X-mas Decorations Are Their Business

Owner of Ari's Treasures uses Web to supplement the brick-and mortar store.

When Jeff Aston opened up his Christmas-themed store last year, he needed something that would help the store stand out from any other.

His answer?

Overflow the shop with a presentation of a Christmas that appeals to kids and makes adults feel like children as well.

Miniature buildings are lighted, tiny pieces are almost always turned on, and cheerful music plays over the speakers. Nearly every inch of the store is dedicated to the spirit of Christmas.

“Who does this anymore?” Aston asked. “This store is presentation. This is designed out of the love of the product. People love this, so we make the store as pretty as possible. The smells, the sound - this doesn’t exist anymore.”

As other holiday-themed stores in the area close, Aston claims the business is doing well in its second season, buoyed by the internet sales. He stated that the website makes it possible for the store front to remain open.

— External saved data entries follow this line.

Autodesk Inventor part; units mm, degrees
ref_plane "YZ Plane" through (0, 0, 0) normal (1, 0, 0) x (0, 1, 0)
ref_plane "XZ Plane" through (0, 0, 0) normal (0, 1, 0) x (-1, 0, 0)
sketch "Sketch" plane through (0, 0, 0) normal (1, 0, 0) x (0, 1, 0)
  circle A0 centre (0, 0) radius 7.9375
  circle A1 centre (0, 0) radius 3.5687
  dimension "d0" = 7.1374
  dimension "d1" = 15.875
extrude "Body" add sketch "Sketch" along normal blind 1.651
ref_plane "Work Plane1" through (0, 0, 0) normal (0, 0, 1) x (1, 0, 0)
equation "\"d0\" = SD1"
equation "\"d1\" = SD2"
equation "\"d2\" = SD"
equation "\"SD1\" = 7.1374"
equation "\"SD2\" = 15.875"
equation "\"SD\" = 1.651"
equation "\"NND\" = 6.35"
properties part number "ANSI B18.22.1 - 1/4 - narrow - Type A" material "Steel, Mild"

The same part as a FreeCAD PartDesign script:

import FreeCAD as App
import Part
import Sketcher
Q = App.Units.Quantity

doc = App.newDocument("Part")
params = doc.addObject("Spreadsheet::Sheet", "Params")
for row, (alias, value) in enumerate([
    ("sketch1_diameter", "0.625 in"),
    ("sketch1_diameter2", "0.281 in"),
    ("pad1_length", "0.065 in"),
], start=1):
    params.set(f"A{row}", alias)
    params.set(f"B{row}", "=" + value)
    params.setAlias(f"B{row}", alias)

body = doc.addObject("PartDesign::Body", "Body")

# Sketch on YZ plane
sketch1 = body.newObject("Sketcher::SketchObject", "Sketch")
sketch1.AttachmentSupport = (doc.getObject("YZ_Plane"), [""])
sketch1.MapMode = "FlatFace"
sketch1.addGeometry(Part.Circle(App.Vector(0, 0, 0), App.Vector(0, 0, 1), 7.9375), False)
sketch1.addGeometry(Part.Circle(App.Vector(0, 0, 0), App.Vector(0, 0, 1), 3.5687), False)
sketch1.addConstraint(Sketcher.Constraint("Coincident", 0, 3, -1, 1))
sketch1.addConstraint(Sketcher.Constraint("Coincident", 1, 3, -1, 1))
sketch1.addConstraint(Sketcher.Constraint("Diameter", 0, Q("0.625 in")))
sketch1.addConstraint(Sketcher.Constraint("Diameter", 1, Q("0.281 in")))
sketch1.setExpression("Constraints[2]", "Params.sketch1_diameter")
sketch1.setExpression("Constraints[3]", "Params.sketch1_diameter2")
pad1 = body.newObject("PartDesign::Pad", "Pad")
pad1.Profile = sketch1
pad1.setExpression("Length", "Params.pad1_length")

doc.recompute()
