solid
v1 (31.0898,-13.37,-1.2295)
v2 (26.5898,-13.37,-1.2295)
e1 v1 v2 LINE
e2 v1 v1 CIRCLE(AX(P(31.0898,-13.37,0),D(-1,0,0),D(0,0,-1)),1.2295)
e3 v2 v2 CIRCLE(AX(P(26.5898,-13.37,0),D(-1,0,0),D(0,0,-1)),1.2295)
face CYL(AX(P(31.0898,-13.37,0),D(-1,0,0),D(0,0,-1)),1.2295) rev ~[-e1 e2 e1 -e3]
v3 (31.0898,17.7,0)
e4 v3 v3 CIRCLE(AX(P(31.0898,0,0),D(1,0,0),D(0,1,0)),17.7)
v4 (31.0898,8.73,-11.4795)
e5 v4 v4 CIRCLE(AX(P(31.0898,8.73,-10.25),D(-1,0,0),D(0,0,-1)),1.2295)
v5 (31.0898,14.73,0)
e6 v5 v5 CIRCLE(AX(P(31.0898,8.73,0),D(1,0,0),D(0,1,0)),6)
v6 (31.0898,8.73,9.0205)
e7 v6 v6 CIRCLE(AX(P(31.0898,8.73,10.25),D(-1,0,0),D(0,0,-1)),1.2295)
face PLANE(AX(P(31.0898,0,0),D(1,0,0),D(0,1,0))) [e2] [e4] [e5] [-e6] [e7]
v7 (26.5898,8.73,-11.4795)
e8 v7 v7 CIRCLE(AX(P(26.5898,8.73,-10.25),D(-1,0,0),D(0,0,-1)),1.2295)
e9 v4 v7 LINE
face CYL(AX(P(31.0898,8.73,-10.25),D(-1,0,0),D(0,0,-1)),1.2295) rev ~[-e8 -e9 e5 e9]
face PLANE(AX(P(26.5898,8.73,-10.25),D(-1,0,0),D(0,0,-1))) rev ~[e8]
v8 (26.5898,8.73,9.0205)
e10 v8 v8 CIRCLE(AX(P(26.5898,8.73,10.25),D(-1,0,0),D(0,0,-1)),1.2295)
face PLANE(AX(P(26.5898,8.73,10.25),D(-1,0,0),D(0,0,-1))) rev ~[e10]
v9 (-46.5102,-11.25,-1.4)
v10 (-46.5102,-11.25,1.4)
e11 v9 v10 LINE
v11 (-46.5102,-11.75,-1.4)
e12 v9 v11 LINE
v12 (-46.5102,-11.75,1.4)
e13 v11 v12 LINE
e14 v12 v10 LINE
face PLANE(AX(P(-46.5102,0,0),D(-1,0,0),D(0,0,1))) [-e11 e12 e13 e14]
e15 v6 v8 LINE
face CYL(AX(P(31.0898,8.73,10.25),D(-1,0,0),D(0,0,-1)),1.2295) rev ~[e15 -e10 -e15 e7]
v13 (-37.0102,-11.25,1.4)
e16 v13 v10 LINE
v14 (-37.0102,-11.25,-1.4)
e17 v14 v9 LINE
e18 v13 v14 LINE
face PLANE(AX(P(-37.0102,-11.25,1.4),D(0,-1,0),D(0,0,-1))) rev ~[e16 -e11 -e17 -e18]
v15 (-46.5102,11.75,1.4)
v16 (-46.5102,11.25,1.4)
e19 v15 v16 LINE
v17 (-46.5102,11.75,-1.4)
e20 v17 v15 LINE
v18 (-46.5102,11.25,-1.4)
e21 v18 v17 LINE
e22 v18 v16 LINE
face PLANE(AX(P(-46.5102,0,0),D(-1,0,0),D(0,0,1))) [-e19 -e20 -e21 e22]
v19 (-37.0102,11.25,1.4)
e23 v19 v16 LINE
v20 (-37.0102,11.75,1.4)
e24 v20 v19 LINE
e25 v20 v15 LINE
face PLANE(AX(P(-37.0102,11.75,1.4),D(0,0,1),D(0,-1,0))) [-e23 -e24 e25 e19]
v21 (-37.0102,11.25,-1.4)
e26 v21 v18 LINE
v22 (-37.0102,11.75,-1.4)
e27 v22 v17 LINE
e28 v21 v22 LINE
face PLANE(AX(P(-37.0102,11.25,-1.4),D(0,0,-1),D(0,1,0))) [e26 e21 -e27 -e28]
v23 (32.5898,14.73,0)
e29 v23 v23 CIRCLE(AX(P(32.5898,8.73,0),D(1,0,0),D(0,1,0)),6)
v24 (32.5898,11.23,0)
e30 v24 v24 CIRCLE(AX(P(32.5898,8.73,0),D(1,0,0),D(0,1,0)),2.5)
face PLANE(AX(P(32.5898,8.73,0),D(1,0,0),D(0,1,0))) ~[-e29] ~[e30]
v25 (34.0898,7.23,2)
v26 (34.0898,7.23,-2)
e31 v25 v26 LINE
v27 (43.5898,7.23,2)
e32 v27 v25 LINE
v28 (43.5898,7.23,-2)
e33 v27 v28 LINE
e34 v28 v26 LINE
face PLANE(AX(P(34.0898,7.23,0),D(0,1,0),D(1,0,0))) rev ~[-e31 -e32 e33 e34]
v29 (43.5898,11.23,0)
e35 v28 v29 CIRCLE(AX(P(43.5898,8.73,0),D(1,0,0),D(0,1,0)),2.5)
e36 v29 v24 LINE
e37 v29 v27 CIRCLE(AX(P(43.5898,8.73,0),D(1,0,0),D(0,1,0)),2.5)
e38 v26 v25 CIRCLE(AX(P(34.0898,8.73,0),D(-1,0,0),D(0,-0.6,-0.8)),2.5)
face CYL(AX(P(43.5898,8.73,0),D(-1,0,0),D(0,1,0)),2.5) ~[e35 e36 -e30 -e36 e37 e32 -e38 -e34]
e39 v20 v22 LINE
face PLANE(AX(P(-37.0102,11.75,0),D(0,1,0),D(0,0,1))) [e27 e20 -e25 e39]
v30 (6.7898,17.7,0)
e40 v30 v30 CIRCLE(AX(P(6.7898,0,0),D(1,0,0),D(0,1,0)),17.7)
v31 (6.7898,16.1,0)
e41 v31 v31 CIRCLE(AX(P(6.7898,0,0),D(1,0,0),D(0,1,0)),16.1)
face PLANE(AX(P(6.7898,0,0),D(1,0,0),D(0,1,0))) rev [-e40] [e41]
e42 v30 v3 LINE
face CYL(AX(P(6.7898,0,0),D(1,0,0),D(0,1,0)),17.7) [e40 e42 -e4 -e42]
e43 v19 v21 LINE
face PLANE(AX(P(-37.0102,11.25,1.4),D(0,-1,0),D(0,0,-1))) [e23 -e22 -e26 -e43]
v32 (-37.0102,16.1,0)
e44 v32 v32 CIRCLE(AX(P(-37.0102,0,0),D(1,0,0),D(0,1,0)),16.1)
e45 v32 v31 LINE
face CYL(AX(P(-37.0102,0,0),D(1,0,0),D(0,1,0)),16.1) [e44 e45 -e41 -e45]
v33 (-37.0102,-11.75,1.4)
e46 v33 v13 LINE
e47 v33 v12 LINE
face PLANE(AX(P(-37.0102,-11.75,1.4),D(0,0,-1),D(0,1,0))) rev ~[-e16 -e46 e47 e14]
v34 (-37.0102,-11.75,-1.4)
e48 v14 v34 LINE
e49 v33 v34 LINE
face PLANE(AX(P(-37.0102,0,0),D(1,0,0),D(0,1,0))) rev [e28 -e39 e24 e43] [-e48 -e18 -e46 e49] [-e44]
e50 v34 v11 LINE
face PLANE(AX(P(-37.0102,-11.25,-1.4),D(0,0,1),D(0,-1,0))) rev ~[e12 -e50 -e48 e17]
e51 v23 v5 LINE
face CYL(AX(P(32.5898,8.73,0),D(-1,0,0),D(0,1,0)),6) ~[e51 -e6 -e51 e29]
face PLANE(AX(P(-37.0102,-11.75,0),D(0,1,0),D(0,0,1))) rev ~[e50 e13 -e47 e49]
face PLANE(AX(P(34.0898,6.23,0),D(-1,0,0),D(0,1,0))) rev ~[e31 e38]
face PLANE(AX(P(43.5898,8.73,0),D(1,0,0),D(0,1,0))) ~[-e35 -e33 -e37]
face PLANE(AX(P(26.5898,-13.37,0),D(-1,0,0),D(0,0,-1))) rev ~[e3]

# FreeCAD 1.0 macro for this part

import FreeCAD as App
import Part
import Sketcher
Q = App.Units.Quantity

doc = App.newDocument("Part")
body = doc.addObject("PartDesign::Body", "Body")

# Sketch on XY plane
sketch1 = body.newObject("Sketcher::SketchObject", "Sketch")
sketch1.AttachmentSupport = (doc.getObject("XY_Plane"), [""])
sketch1.MapMode = "FlatFace"
sketch1.addGeometry(Part.LineSegment(App.Vector(-37, 16.1, 0), App.Vector(-37, 0, 0)), False)
sketch1.addGeometry(Part.LineSegment(App.Vector(-37, 0, 0), App.Vector(31.1, 0, 0)), False)
sketch1.addGeometry(Part.LineSegment(App.Vector(31.1, 0, 0), App.Vector(31.1, 17.7, 0)), False)
sketch1.addGeometry(Part.LineSegment(App.Vector(31.1, 17.7, 0), App.Vector(6.8, 17.7, 0)), False)
sketch1.addGeometry(Part.LineSegment(App.Vector(6.8, 17.7, 0), App.Vector(6.8, 16.1, 0)), False)
sketch1.addGeometry(Part.LineSegment(App.Vector(6.8, 16.1, 0), App.Vector(-37, 16.1, 0)), False)
sketch1.addConstraint(Sketcher.Constraint("Coincident", 0, 2, 1, 1))
sketch1.addConstraint(Sketcher.Constraint("Coincident", 1, 2, 2, 1))
sketch1.addConstraint(Sketcher.Constraint("Coincident", 2, 2, 3, 1))
sketch1.addConstraint(Sketcher.Constraint("Coincident", 3, 2, 4, 1))
sketch1.addConstraint(Sketcher.Constraint("Coincident", 4, 2, 5, 1))
sketch1.addConstraint(Sketcher.Constraint("Coincident", 5, 2, 0, 1))
sketch1.addConstraint(Sketcher.Constraint("Vertical", 0))
sketch1.addConstraint(Sketcher.Constraint("Horizontal", 1))
sketch1.addConstraint(Sketcher.Constraint("Vertical", 2))
sketch1.addConstraint(Sketcher.Constraint("Horizontal", 3))
sketch1.addConstraint(Sketcher.Constraint("Vertical", 4))
sketch1.addConstraint(Sketcher.Constraint("Horizontal", 5))
sketch1.addConstraint(Sketcher.Constraint("PointOnObject", 0, 2, -1))
sketch1.addConstraint(Sketcher.Constraint("DistanceX", 1, 1, 1, 2, Q("68.1 mm")))
sketch1.addConstraint(Sketcher.Constraint("DistanceX", 3, 2, 3, 1, Q("24.3 mm")))
sketch1.addConstraint(Sketcher.Constraint("DistanceY", 0, 2, 0, 1, Q("16.1 mm")))
sketch1.addConstraint(Sketcher.Constraint("DistanceY", 2, 1, 2, 2, Q("17.7 mm")))
sketch1.addConstraint(Sketcher.Constraint("DistanceX", 0, 2, -1, 1, Q("37.0102 mm")))
revolution = body.newObject("PartDesign::Revolution", "Revolution")
revolution.Profile = sketch1
revolution.ReferenceAxis = (sketch1, ["H_Axis"])
revolution.Angle = 360

# Sketch on XY plane
sketch2 = body.newObject("Sketcher::SketchObject", "Sketch001")
sketch2.AttachmentSupport = (doc.getObject("XY_Plane"), [""])
sketch2.MapMode = "FlatFace"
sketch2.addGeometry(Part.LineSegment(App.Vector(31.1, 14.7, 0), App.Vector(31.1, 8.7, 0)), False)
sketch2.addGeometry(Part.LineSegment(App.Vector(31.1, 8.7, 0), App.Vector(43.6, 8.7, 0)), False)
sketch2.addGeometry(Part.LineSegment(App.Vector(43.6, 8.7, 0), App.Vector(43.6, 11.2, 0)), False)
sketch2.addGeometry(Part.LineSegment(App.Vector(43.6, 11.2, 0), App.Vector(32.6, 11.2, 0)), False)
sketch2.addGeometry(Part.LineSegment(App.Vector(32.6, 11.2, 0), App.Vector(32.6, 14.7, 0)), False)
sketch2.addGeometry(Part.LineSegment(App.Vector(32.6, 14.7, 0), App.Vector(31.1, 14.7, 0)), False)
sketch2.addGeometry(Part.LineSegment(App.Vector(31.1, 8.7, 0), App.Vector(43.6, 8.7, 0)), True)  # axis
sketch2.addConstraint(Sketcher.Constraint("Coincident", 0, 2, 1, 1))
sketch2.addConstraint(Sketcher.Constraint("Coincident", 1, 2, 2, 1))
sketch2.addConstraint(Sketcher.Constraint("Coincident", 2, 2, 3, 1))
sketch2.addConstraint(Sketcher.Constraint("Coincident", 3, 2, 4, 1))
sketch2.addConstraint(Sketcher.Constraint("Coincident", 4, 2, 5, 1))
sketch2.addConstraint(Sketcher.Constraint("Coincident", 5, 2, 0, 1))
sketch2.addConstraint(Sketcher.Constraint("Vertical", 0))
sketch2.addConstraint(Sketcher.Constraint("Horizontal", 1))
sketch2.addConstraint(Sketcher.Constraint("Vertical", 2))
sketch2.addConstraint(Sketcher.Constraint("Horizontal", 3))
sketch2.addConstraint(Sketcher.Constraint("Vertical", 4))
sketch2.addConstraint(Sketcher.Constraint("Horizontal", 5))
sketch2.addConstraint(Sketcher.Constraint("Horizontal", 6))
sketch2.addConstraint(Sketcher.Constraint("Coincident", 6, 1, 0, 2))
sketch2.addConstraint(Sketcher.Constraint("Vertical", 2, 2, 6, 2))
sketch2.addConstraint(Sketcher.Constraint("DistanceY", 0, 2, 0, 1, Q("6 mm")))
sketch2.addConstraint(Sketcher.Constraint("DistanceX", 1, 1, 1, 2, Q("12.5 mm")))
sketch2.addConstraint(Sketcher.Constraint("DistanceX", 5, 2, 5, 1, Q("1.5 mm")))
sketch2.addConstraint(Sketcher.Constraint("DistanceY", 2, 1, 2, 2, Q("2.5 mm")))
sketch2.addConstraint(Sketcher.Constraint("DistanceY", -1, 1, 0, 2, Q("8.73 mm")))
sketch2.addConstraint(Sketcher.Constraint("DistanceX", -1, 1, 0, 2, Q("31.0898 mm")))
revolution2 = body.newObject("PartDesign::Revolution", "Revolution001")
revolution2.Profile = sketch2
revolution2.ReferenceAxis = (sketch2, ["Axis0"])
revolution2.Angle = 360

# Sketch on XY plane
sketch3 = body.newObject("Sketcher::SketchObject", "Sketch002")
sketch3.AttachmentSupport = (doc.getObject("XY_Plane"), [""])
sketch3.MapMode = "FlatFace"
sketch3.addGeometry(Part.LineSegment(App.Vector(34.1, 7.2, 0), App.Vector(34.1, 6.2, 0)), False)
sketch3.addGeometry(Part.LineSegment(App.Vector(34.1, 6.2, 0), App.Vector(43.6, 6.2, 0)), False)
sketch3.addGeometry(Part.LineSegment(App.Vector(43.6, 6.2, 0), App.Vector(43.6, 7.2, 0)), False)
sketch3.addGeometry(Part.LineSegment(App.Vector(43.6, 7.2, 0), App.Vector(34.1, 7.2, 0)), False)
sketch3.addConstraint(Sketcher.Constraint("Coincident", 0, 2, 1, 1))
sketch3.addConstraint(Sketcher.Constraint("Coincident", 1, 2, 2, 1))
sketch3.addConstraint(Sketcher.Constraint("Coincident", 2, 2, 3, 1))
sketch3.addConstraint(Sketcher.Constraint("Coincident", 3, 2, 0, 1))
sketch3.addConstraint(Sketcher.Constraint("Vertical", 0))
sketch3.addConstraint(Sketcher.Constraint("Horizontal", 1))
sketch3.addConstraint(Sketcher.Constraint("Vertical", 2))
sketch3.addConstraint(Sketcher.Constraint("Horizontal", 3))
sketch3.addConstraint(Sketcher.Constraint("DistanceY", 0, 2, 0, 1, Q("1 mm")))
sketch3.addConstraint(Sketcher.Constraint("DistanceX", 1, 1, 1, 2, Q("9.5 mm")))
sketch3.addConstraint(Sketcher.Constraint("DistanceY", -1, 1, 0, 2, Q("6.23 mm")))
sketch3.addConstraint(Sketcher.Constraint("DistanceX", -1, 1, 0, 2, Q("34.0898 mm")))
pocket1 = body.newObject("PartDesign::Pocket", "Pocket")
pocket1.Profile = sketch3
pocket1.Length = 10
pocket1.Midplane = True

“I give all the credit in the world to the guy who can run a store without an internet business, a corporate business, or some other way of earning income,” Aston said. “To sit in a storefront like this and make a living is near impossible.”

The brick and mortar store has a symbiotic relationship with the website, each one giving credibility to the other. Aston said that there are vendors who won’t sell their products to businesses that don’t have a physical shop.

Non-Christmas goods, including home and garden items, are sold on the website year-round in order to keep the store mainly holiday-themed instead of turning it into a warehouse. To be able to spend his life surrounded by such an atmosphere is worth it to him.

Aston continued to lament what he believes to be the end of free-standing business. He said that he shops locally and that all the stores that were around in the earlier era are gone, losing the competition against Amazon and other corporate websites.

Yves Michel, Commissioner of the Suffolk County Department of Economic Development, believes that having a website is important for small business. “I think because of how the population is moving forward, realizing how important technology is if there is an opportunity for comparison shopping, most people will either go on the internet. An online presence is, in my opinion, just as important as a brick and mortar store but even more important.”

Aston summed up the store by saying, “this isn’t the kind of store where you come looking for something you want. This is the kind of store where you come in and go ‘wow, that’s cool.’ And then you buy it.”